# Limerick (adult theme)



## midnightpoet (Mar 17, 2016)

There once was a killer named Finn
who liked giving a Glasgow grin
it stuck in his craw
to be caught by the law
now he''s stuck in the pen.


----------



## Firemajic (Mar 17, 2016)

You bring it EVERY time! Your sense of humor is like a fine wine, it just keeeeps getting better .. Love you Adorable One...


----------



## midnightpoet (Mar 17, 2016)

Welcome back, luv.:smile:


----------



## Bloggsworth (Mar 17, 2016)

Yes, but it's not a Limerick and pen doesn't rhyme with either chin or Finn - Apart from that...

If I may:

_There once was a killer named Finn
with a bent for the old Glasgow grin
but it stuck in his craw
to be caught by the law
so now he's locked up in the bin. _


----------



## midnightpoet (Mar 17, 2016)

Bloggsworth said:


> Yes, but it's not a Limerick and pen doesn't rhyme with either chin or Finn - Apart from that...
> 
> Well, it does in America. :smile: Okay, what does Finn rhyme with?  Fine?  I'll admit, I'm not sure, being a stupid colonial.  I'm not sure what made it not a Limerick.:smile: I read yours and mine and can't tell much difference.
> 
> ...


----------



## Sonata (Mar 17, 2016)

There once was a naughty young girl
Like the singer her name was Pearl
Her voice it was crap
And she got the clap
From a suitor who was an earl


[Apologies to Elkie Brooks]


----------



## Bloggsworth (Mar 17, 2016)

http://www.volecentral.co.uk/vf/fun.htm#Limerick


----------



## midnightpoet (Mar 17, 2016)

oops, that turned out to be a dangerous website.  Hey, Bloggs, I know you were just trying to help, you just scratched a raw spot.  All is ok.:smile:


----------



## Nellie (Mar 17, 2016)

Since you included Edward Lear and his examples, here is another one of his:



> *Limerick from the Book of Nonsense
> by
> Edward Lear*​There was an Old Man with a gong,
> Who bumped at it all day long;
> ...




Here is another definition:


> Limericks
> *Definition of Limericks*​*Limericks are short sometimes bawdy, humorous poems of consisting of five Anapaestic lines.

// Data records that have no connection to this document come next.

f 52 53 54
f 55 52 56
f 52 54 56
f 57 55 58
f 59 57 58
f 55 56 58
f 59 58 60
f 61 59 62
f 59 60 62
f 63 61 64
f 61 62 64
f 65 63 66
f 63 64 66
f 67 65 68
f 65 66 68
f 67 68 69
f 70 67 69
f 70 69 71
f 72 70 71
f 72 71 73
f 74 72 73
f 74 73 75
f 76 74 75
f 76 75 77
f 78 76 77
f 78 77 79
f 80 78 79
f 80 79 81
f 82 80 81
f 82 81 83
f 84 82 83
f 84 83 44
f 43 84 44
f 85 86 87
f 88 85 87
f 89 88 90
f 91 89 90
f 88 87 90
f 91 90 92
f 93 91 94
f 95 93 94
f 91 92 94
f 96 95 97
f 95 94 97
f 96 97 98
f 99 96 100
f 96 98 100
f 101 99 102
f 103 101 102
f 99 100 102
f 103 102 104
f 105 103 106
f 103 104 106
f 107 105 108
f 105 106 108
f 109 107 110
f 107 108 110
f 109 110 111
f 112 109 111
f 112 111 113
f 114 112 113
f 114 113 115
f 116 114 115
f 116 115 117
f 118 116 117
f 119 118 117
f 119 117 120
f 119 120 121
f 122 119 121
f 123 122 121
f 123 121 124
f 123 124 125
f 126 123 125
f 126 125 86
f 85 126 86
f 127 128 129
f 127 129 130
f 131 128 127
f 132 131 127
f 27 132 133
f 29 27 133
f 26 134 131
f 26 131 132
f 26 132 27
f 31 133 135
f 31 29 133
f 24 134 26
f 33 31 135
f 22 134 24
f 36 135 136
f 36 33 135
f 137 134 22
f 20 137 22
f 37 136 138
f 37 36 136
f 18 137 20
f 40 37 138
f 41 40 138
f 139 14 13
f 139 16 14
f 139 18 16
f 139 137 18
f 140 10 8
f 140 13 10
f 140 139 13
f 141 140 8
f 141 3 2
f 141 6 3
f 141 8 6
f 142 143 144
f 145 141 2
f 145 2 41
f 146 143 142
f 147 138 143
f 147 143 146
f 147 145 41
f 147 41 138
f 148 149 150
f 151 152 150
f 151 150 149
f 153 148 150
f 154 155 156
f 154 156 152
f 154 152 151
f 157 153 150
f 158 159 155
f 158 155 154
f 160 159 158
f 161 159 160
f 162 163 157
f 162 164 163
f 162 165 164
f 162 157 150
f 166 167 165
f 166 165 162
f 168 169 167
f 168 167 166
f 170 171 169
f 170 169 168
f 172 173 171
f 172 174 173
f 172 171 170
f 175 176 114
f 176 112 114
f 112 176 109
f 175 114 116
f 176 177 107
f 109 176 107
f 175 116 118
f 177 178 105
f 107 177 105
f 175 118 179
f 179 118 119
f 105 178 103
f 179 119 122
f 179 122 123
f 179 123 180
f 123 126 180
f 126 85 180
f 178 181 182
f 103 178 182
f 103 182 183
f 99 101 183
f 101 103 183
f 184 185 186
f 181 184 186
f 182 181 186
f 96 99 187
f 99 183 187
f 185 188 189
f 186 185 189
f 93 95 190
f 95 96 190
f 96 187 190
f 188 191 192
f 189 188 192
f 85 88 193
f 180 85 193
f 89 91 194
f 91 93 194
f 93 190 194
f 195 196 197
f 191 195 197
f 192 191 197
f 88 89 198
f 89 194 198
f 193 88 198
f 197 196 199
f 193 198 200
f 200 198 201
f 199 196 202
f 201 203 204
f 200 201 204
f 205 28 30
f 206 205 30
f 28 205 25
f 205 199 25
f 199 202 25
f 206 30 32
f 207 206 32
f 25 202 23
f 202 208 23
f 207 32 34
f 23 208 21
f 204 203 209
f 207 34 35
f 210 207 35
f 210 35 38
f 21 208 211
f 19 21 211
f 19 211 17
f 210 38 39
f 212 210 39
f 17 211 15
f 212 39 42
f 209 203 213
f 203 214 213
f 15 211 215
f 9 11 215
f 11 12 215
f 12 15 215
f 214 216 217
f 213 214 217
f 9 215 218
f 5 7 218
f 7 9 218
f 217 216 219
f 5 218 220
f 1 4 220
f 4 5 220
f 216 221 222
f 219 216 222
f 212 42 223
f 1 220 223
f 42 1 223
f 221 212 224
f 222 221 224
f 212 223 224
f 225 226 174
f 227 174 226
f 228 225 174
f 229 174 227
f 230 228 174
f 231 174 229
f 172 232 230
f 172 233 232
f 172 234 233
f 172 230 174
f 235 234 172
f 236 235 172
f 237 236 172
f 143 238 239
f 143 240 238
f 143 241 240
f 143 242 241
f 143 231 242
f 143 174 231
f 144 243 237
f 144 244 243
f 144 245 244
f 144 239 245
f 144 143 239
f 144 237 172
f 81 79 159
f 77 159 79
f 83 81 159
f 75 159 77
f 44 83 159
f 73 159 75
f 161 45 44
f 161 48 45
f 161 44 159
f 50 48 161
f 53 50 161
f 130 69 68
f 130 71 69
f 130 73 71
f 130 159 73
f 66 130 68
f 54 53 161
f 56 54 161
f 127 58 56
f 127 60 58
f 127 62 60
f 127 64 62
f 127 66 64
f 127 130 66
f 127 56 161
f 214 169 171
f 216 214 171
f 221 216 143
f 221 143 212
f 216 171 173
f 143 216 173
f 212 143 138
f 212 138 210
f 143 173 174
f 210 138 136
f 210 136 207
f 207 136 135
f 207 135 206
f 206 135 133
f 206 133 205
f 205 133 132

Lines 1, 2, and 5 of a Limerick have seven to ten syllables and rhyme with one another. Lines 3 and 4 have five to seven syllables and also rhyme with each other. Edward Lear is famous for his Book of Nonsense which included the poetry form of Limericks.*


----------



## Chesters Daughter (Mar 17, 2016)

We seem to be getting a wee bit sidetracked here, folks. The point of this creative thread is to discuss the piece that has been presented for perusal, not to discuss what makes a good limerick, or to post additional limericks in lieu of any critique at all as replies, which I remind everyone is just plain rude. 

Kindly focus upon the piece presented for critique henceforth. Should you desire to continue your discussion, you are more than welcome to do so by adding your thoughts to the aleady existing *What Constitutes a Limerick *or by creating a thread of your own in *Poetry Discussion.*

Any subsequent posts that do not address midnightpoet's work itself shall be removed.

Thank you for your anticipated cooperation.

Lisa


----------



## Sonata (Mar 17, 2016)

Apologies - I did not realise that this thread was just for critique.  I honestly thought it was for other adult-themed limericks.   No offense intended.


----------



## ned (Mar 18, 2016)

the best thing I can say Midnight - is that your limerick is a lot better than Edward Lear's effort.

Ned


----------